# New Mushroom Hunting Stick....



## outdoorlivin247 (Jan 5, 2011)

My brother made me a new mushroom hunting stick and gave it to me for Christmas...I love my old one, but this one just flat out ROCKS...


----------



## cjcocn (Jan 5, 2011)

what's it used for?

is it a walking stick?

those mushroom-looking ends ... did he carve those in and burn them to get that look?

having never seen one before .... i guess im not qualified to say it looks good, but it does


----------



## outdoorlivin247 (Jan 5, 2011)

cjcocn said:


> what's it used for?
> 
> is it a walking stick?
> 
> ...


 
It is used to move brush while looking for morel mushrooms...

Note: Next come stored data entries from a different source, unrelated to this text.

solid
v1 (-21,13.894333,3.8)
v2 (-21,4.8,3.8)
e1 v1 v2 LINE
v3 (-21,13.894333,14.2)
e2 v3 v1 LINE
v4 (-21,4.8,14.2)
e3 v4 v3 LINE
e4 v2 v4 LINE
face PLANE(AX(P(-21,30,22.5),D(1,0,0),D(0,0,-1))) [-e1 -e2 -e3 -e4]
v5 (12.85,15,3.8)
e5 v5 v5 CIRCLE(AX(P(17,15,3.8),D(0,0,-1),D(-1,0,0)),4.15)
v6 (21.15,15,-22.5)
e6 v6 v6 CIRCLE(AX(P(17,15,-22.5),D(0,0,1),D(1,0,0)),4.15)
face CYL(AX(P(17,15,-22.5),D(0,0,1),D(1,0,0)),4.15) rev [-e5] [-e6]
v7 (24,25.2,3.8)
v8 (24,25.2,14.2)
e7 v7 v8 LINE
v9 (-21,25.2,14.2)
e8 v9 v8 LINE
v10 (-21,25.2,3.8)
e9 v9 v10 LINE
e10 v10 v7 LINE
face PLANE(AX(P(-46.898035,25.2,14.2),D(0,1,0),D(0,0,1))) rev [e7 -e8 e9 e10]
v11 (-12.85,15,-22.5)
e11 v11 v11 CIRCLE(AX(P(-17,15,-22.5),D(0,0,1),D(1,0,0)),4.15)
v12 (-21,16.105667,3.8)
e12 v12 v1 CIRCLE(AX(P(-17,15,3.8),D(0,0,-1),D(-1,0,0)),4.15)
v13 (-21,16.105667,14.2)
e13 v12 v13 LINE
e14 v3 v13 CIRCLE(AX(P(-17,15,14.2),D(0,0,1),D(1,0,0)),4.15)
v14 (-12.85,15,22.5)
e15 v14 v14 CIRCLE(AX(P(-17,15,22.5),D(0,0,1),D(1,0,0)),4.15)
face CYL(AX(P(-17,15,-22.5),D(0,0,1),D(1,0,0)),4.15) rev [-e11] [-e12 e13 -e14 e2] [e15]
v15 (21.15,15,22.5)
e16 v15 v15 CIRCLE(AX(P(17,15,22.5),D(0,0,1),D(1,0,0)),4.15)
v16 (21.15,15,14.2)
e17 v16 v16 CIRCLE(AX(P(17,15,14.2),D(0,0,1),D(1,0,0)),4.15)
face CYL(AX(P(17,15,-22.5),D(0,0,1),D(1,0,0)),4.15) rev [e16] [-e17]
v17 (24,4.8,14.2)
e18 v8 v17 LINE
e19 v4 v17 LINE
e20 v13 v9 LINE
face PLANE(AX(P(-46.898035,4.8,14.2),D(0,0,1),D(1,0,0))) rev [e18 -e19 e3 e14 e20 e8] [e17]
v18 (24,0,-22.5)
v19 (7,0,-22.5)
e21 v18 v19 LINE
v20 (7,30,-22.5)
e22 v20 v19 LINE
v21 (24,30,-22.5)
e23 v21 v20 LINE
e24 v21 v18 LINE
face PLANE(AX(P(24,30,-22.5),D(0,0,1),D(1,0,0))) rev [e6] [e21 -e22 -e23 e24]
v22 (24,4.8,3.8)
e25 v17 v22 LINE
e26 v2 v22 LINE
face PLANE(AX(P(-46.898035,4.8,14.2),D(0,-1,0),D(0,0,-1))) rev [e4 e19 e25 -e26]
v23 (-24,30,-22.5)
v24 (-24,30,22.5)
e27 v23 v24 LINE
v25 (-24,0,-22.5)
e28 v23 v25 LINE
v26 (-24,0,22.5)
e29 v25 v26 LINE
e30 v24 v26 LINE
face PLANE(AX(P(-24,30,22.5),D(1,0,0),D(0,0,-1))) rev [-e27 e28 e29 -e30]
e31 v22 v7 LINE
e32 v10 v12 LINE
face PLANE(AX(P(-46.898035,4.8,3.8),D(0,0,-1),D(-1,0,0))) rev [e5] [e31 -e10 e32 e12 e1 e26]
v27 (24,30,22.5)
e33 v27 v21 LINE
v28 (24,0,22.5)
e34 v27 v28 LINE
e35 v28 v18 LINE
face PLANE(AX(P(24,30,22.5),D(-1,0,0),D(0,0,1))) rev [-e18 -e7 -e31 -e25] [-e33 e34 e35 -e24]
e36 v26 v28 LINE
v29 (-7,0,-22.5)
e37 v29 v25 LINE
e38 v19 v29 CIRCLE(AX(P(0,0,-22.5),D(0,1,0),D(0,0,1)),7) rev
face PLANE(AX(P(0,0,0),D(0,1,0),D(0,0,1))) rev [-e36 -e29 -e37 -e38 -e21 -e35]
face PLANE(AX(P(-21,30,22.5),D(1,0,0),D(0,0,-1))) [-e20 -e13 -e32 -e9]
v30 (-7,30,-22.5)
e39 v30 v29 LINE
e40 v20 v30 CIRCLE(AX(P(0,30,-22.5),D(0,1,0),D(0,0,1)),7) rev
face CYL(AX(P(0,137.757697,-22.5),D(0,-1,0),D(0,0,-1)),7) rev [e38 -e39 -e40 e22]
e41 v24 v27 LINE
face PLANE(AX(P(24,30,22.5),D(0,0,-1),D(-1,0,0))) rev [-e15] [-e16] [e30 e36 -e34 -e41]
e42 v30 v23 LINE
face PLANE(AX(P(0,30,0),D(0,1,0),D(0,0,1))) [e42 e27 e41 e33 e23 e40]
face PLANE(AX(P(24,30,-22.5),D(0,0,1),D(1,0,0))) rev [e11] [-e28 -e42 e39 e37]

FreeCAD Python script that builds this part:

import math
import FreeCAD as App
import Part
import Sketcher
from FreeCAD import Vector
Q = App.Units.Quantity


def add_polygon(sketch, points):
    """Adds a closed chain of lines whose ends are joined by coincident constraints."""
    first, n = sketch.GeometryCount, len(points)
    for a, b in zip(points, points[1:] + points[:1]):
        sketch.addGeometry(Part.LineSegment(App.Vector(*a, 0), App.Vector(*b, 0)), False)
    for i in range(n):
        sketch.addConstraint(Sketcher.Constraint("Coincident", first + i, 2, first + (i + 1) % n, 1))

doc = App.newDocument("Part")
params = doc.addObject("Spreadsheet::Sheet", "Params")
for row, (alias, value) in enumerate([
    ("sketch1_width", "48 mm"),
    ("sketch1_height", "45 mm"),
    ("pad1_length", "30 mm"),
    ("sketch2_width", "20.4 mm"),
    ("sketch2_height", "10.4 mm"),
    ("pocket1_length", "45 mm"),
    ("sketch3_diameter", "8.3 mm"),
    ("sketch4_radius", "7 mm"),
], start=1):
    params.set(f"A{row}", alias)
    params.set(f"B{row}", "=" + value)
    params.setAlias(f"B{row}", alias)

body = doc.addObject("PartDesign::Body", "Body")

sketch1 = doc.addObject("Sketcher::SketchObject", "Sketch")
body.addObject(sketch1)
sketch1.AttachmentSupport = (doc.XZ_Plane, [""])
sketch1.MapMode = "FlatFace"
add_polygon(sketch1, [(-24, -22), (-24, 22), (24, 22), (24, -22)])
sketch1.addConstraint(Sketcher.Constraint("Vertical", 0))
sketch1.addConstraint(Sketcher.Constraint("Horizontal", 1))
sketch1.addConstraint(Sketcher.Constraint("Vertical", 2))
sketch1.addConstraint(Sketcher.Constraint("Horizontal", 3))
sketch1.addConstraint(Sketcher.Constraint("Symmetric", 0, 2, 2, 2, -1, 1))
sketch1.addConstraint(Sketcher.Constraint("DistanceX", 1, 1, 1, 2, Q("48 mm")))
sketch1.addConstraint(Sketcher.Constraint("DistanceY", 0, 1, 0, 2, Q("45 mm")))
sketch1.setExpression("Constraints[9]", "Params.sketch1_width")
sketch1.setExpression("Constraints[10]", "Params.sketch1_height")
pad1 = doc.addObject("PartDesign::Pad", "Pad")
body.addObject(pad1)
pad1.Profile = sketch1
pad1.setExpression("Length", "Params.pad1_length")
pad1.Reversed = True

sketch2 = doc.addObject("Sketcher::SketchObject", "Sketch001")
body.addObject(sketch2)
sketch2.AttachmentSupport = (doc.YZ_Plane, [""])
sketch2.MapMode = "FlatFace"
sketch2.AttachmentOffset = App.Placement(Vector(0, 0, 24), App.Rotation())
add_polygon(sketch2, [(25, 14), (5, 14), (5, 4), (25, 4)])
sketch2.addConstraint(Sketcher.Constraint("Horizontal", 0))
sketch2.addConstraint(Sketcher.Constraint("Vertical", 1))
sketch2.addConstraint(Sketcher.Constraint("Horizontal", 2))
sketch2.addConstraint(Sketcher.Constraint("Vertical", 3))
sketch2.addConstraint(Sketcher.Constraint("DistanceX", 0, 2, 0, 1, Q("20.4 mm")))
sketch2.addConstraint(Sketcher.Constraint("DistanceY", 1, 2, 1, 1, Q("10.4 mm")))
sketch2.addConstraint(Sketcher.Constraint("DistanceX", -1, 1, 0, 2, Q("4.8 mm")))
sketch2.addConstraint(Sketcher.Constraint("DistanceY", -1, 1, 0, 2, Q("14.2 mm")))
sketch2.setExpression("Constraints[8]", "Params.sketch2_width")
sketch2.setExpression("Constraints[9]", "Params.sketch2_height")
pocket1 = doc.addObject("PartDesign::Pocket", "Pocket")
body.addObject(pocket1)
pocket1.Profile = sketch2
pocket1.setExpression("Length", "Params.pocket1_length")

sketch3 = doc.addObject("Sketcher::SketchObject", "Sketch002")
body.addObject(sketch3)
sketch3.AttachmentSupport = (doc.XY_Plane, [""])
sketch3.MapMode = "FlatFace"
sketch3.AttachmentOffset = App.Placement(Vector(0, 0, 22.5), App.Rotation())
sketch3.addGeometry(Part.Circle(Vector(-17, 15, 0), Vector(0, 0, 1), 4.2), False)
sketch3.addGeometry(Part.Circle(Vector(17, 15, 0), Vector(0, 0, 1), 4.2), False)
sketch3.addConstraint(Sketcher.Constraint("Equal", 0, 1))
sketch3.addConstraint(Sketcher.Constraint("Symmetric", 0, 3, 1, 3, -2))
sketch3.addConstraint(Sketcher.Constraint("Diameter", 0, Q("8.3 mm")))
sketch3.addConstraint(Sketcher.Constraint("DistanceX", 0, 3, -1, 1, Q("17 mm")))
sketch3.addConstraint(Sketcher.Constraint("DistanceY", -1, 1, 0, 3, Q("15 mm")))
sketch3.setExpression("Constraints[2]", "Params.sketch3_diameter")
pocket2 = doc.addObject("PartDesign::Pocket", "Pocket001")
body.addObject(pocket2)
pocket2.Profile = sketch3
pocket2.Type = "ThroughAll"

sketch4 = doc.addObject("Sketcher::SketchObject", "Sketch003")
body.addObject(sketch4)
sketch4.AttachmentSupport = (doc.XZ_Plane, [""])
sketch4.MapMode = "FlatFace"
sketch4.AttachmentOffset = App.Placement(Vector(0, 0, -30), App.Rotation())
sketch4.addGeometry(Part.ArcOfCircle(Part.Circle(Vector(0, -22, 0), Vector(0, 0, 1), 7), math.radians(0), math.radians(180)), False)
sketch4.addGeometry(Part.LineSegment(Vector(7, -22, 0), Vector(7, -380, 0)), False)
sketch4.addGeometry(Part.LineSegment(Vector(7, -380, 0), Vector(-7, -380, 0)), False)
sketch4.addGeometry(Part.LineSegment(Vector(-7, -380, 0), Vector(-7, -22, 0)), False)
sketch4.addConstraint(Sketcher.Constraint("Tangent", 0, 1, 1, 1))
sketch4.addConstraint(Sketcher.Constraint("Coincident", 1, 2, 2, 1))
sketch4.addConstraint(Sketcher.Constraint("Coincident", 2, 2, 3, 1))
sketch4.addConstraint(Sketcher.Constraint("Tangent", 3, 2, 0, 2))
sketch4.addConstraint(Sketcher.Constraint("Vertical", 1))
sketch4.addConstraint(Sketcher.Constraint("Horizontal", 2))
sketch4.addConstraint(Sketcher.Constraint("Vertical", 3))
sketch4.addConstraint(Sketcher.Constraint("PointOnObject", 0, 3, -2))
sketch4.addConstraint(Sketcher.Constraint("Radius", 0, Q("7 mm")))
sketch4.addConstraint(Sketcher.Constraint("DistanceY", 0, 3, -1, 1, Q("22.5 mm")))
sketch4.addConstraint(Sketcher.Constraint("DistanceY", 1, 2, 1, 1, Q("357.865826 mm")))
sketch4.setExpression("Constraints[8]", "Params.sketch4_radius")
pocket3 = doc.addObject("PartDesign::Pocket", "Pocket002")
body.addObject(pocket3)
pocket3.Profile = sketch4
pocket3.Type = "ThroughAll"
pocket3.Midplane = True

doc.recompute()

It is great for the fact that it gets your eyes focused on what you are looking for...

I was not there when made it, but would assume he used a dremel and it gave him the look he wanted...I will ask to make sure...


----------



## outdoorlivin247 (Jan 5, 2011)

Here is a pic from this past spring...Gives you an idea were they hide...


----------



## cjcocn (Jan 5, 2011)

outdoorlivin247 said:


> Here is a pic from this past spring...Gives you an idea were they hide...


 
 ... i should learn about those things.

i know that there are edible ones up here, but i know so little of which ones they are i would likely poison myself right quick 

i know of a guy about 30 miles north of here that picks them regularly ... i should tag along with him this spring/summer and start my education


----------



## Mastermind (Jan 5, 2011)

Your brother does nice work.


----------



## yooper (Jan 6, 2011)

I have made a few of them for friends, just ran out of shroomy friends to make em for. your bro does nice work!


----------



## outdoorlivin247 (Jan 6, 2011)

mastermind7864 said:


> Your brother does nice work.


 


yooper said:


> I have made a few of them for friends, just ran out of shroomy friends to make em for. your bro does nice work!


 
He is very talanted when it come to anything like this...He is a perfectionist with patience...I wish I could get myself to sit still long enough to do some of the things he does...


----------



## discounthunter (Jan 6, 2011)

very cool.


----------



## TMFARM 2009 (Jan 12, 2011)

nice stick.... i have never been good at mushroom hunting, they seem to disappear when i shoot them.:hmm3grin2orange::hmm3grin2orange:


----------



## RVALUE (Jan 12, 2011)

cjcocn said:


> ... i should learn about those things.
> 
> i know that there are edible ones up here, but i know so little of which ones they are i would likely poison myself right quick
> 
> i know of a guy about 30 miles north of here that picks them regularly ... i should tag along with him this spring/summer and start my education


 
That's Hilarious! (let us know how you do....) 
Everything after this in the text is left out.